Nothing but the lines from the start of the records through the line that contains "extrude(amount=-F1_DEPTH)" is to be copied, and each is to be copied exactly.

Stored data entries
○ ○ ○ ○ ○ ○ ○

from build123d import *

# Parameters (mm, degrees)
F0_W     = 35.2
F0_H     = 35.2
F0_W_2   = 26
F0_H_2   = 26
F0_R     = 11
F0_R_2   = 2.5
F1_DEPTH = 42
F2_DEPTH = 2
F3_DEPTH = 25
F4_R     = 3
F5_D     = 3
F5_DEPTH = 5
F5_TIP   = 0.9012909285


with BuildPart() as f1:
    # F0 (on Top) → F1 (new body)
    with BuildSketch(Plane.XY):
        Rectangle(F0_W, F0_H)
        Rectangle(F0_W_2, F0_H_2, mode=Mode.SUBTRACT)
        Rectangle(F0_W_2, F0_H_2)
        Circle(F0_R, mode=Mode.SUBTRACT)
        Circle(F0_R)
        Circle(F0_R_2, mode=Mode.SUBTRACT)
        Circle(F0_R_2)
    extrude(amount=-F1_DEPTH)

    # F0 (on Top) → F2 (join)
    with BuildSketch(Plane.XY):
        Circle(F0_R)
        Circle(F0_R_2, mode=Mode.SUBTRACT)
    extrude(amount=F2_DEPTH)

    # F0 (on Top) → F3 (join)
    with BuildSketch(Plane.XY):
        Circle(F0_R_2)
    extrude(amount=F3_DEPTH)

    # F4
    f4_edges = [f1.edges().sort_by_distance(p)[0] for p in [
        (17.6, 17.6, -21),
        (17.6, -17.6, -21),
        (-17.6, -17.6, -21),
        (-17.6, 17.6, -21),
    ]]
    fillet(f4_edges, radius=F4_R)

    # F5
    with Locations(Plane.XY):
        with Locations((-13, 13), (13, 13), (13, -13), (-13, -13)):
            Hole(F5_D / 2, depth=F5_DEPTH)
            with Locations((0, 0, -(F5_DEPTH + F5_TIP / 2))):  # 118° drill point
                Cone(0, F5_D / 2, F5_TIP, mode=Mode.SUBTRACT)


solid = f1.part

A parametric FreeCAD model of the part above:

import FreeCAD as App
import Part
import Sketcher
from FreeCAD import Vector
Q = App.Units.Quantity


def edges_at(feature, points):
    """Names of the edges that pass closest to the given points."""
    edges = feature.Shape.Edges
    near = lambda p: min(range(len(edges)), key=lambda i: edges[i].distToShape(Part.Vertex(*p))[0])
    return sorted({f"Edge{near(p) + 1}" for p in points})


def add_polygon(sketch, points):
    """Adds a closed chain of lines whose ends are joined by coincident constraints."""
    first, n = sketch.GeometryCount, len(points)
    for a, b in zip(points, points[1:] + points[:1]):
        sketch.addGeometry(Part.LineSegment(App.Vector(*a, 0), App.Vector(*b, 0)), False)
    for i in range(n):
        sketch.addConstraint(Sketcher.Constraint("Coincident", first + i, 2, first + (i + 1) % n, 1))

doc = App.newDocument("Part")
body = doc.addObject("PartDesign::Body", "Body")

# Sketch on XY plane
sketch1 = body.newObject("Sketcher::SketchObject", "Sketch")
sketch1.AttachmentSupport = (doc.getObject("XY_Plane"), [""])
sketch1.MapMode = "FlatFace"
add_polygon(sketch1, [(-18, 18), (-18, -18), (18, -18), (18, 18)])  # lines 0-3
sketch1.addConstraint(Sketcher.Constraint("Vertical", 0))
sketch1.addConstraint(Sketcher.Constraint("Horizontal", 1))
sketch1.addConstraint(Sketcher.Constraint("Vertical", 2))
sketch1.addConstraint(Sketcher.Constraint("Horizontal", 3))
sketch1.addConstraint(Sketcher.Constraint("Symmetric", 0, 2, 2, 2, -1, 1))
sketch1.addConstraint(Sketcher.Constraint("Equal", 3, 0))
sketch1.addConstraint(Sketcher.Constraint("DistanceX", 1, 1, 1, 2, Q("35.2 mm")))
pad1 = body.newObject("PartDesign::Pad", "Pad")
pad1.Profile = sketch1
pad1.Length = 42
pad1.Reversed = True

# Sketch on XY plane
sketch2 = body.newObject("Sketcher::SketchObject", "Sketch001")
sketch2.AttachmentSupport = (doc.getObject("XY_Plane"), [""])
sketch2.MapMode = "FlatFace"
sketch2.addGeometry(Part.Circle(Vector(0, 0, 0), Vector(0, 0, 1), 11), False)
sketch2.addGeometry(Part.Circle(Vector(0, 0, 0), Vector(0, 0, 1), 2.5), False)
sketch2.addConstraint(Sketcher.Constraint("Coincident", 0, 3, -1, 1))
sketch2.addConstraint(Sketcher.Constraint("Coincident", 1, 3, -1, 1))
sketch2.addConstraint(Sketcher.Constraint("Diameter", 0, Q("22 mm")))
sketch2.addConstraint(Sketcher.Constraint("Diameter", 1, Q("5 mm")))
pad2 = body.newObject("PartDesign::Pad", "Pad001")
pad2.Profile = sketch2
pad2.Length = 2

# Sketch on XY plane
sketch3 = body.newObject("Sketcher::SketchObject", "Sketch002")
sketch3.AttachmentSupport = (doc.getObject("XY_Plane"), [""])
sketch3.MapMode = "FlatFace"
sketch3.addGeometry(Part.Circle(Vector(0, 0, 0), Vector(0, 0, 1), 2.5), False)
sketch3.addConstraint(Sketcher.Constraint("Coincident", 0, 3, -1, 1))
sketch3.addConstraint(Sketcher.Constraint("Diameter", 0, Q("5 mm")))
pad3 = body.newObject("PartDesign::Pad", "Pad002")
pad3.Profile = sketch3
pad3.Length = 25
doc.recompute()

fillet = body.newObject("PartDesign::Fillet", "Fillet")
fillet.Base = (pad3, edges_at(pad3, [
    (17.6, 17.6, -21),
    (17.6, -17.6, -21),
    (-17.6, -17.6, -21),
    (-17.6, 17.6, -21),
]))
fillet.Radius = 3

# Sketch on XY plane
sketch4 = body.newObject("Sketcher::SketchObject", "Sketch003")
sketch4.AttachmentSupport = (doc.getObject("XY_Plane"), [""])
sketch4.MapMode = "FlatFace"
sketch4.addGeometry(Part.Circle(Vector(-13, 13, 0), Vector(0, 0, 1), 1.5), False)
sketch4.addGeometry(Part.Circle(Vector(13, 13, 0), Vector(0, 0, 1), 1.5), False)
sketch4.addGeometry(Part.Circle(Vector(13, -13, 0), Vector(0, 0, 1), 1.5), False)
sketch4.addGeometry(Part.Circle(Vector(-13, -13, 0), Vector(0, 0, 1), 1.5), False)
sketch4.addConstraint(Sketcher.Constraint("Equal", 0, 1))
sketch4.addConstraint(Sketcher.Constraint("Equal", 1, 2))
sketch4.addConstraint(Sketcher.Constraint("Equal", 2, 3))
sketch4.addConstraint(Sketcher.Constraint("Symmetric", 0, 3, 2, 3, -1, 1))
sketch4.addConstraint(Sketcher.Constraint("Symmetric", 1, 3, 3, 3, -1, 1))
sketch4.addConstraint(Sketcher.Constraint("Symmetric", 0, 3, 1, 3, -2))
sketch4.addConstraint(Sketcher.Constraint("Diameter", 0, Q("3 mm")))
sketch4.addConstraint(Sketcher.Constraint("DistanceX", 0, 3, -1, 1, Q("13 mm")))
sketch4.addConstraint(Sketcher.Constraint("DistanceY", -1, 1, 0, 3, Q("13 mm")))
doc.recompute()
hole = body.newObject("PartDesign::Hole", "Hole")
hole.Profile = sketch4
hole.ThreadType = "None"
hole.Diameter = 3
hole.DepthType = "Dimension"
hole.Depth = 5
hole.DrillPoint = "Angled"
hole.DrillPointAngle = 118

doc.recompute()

○ ○ ○ ○ ○ ○ ○

### COMPLETED EXERCISE
from build123d import *

# Parameters (mm, degrees)
F0_W     = 35.2
F0_H     = 35.2
F0_W_2   = 26
F0_H_2   = 26
F0_R     = 11
F0_R_2   = 2.5
F1_DEPTH = 42
F2_DEPTH = 2
F3_DEPTH = 25
F4_R     = 3
F5_D     = 3
F5_DEPTH = 5
F5_TIP   = 0.9012909285


with BuildPart() as f1:
    # F0 (on Top) → F1 (new body)
    with BuildSketch(Plane.XY):
        Rectangle(F0_W, F0_H)
        Rectangle(F0_W_2, F0_H_2, mode=Mode.SUBTRACT)
        Rectangle(F0_W_2, F0_H_2)
        Circle(F0_R, mode=Mode.SUBTRACT)
        Circle(F0_R)
        Circle(F0_R_2, mode=Mode.SUBTRACT)
        Circle(F0_R_2)
    extrude(amount=-F1_DEPTH)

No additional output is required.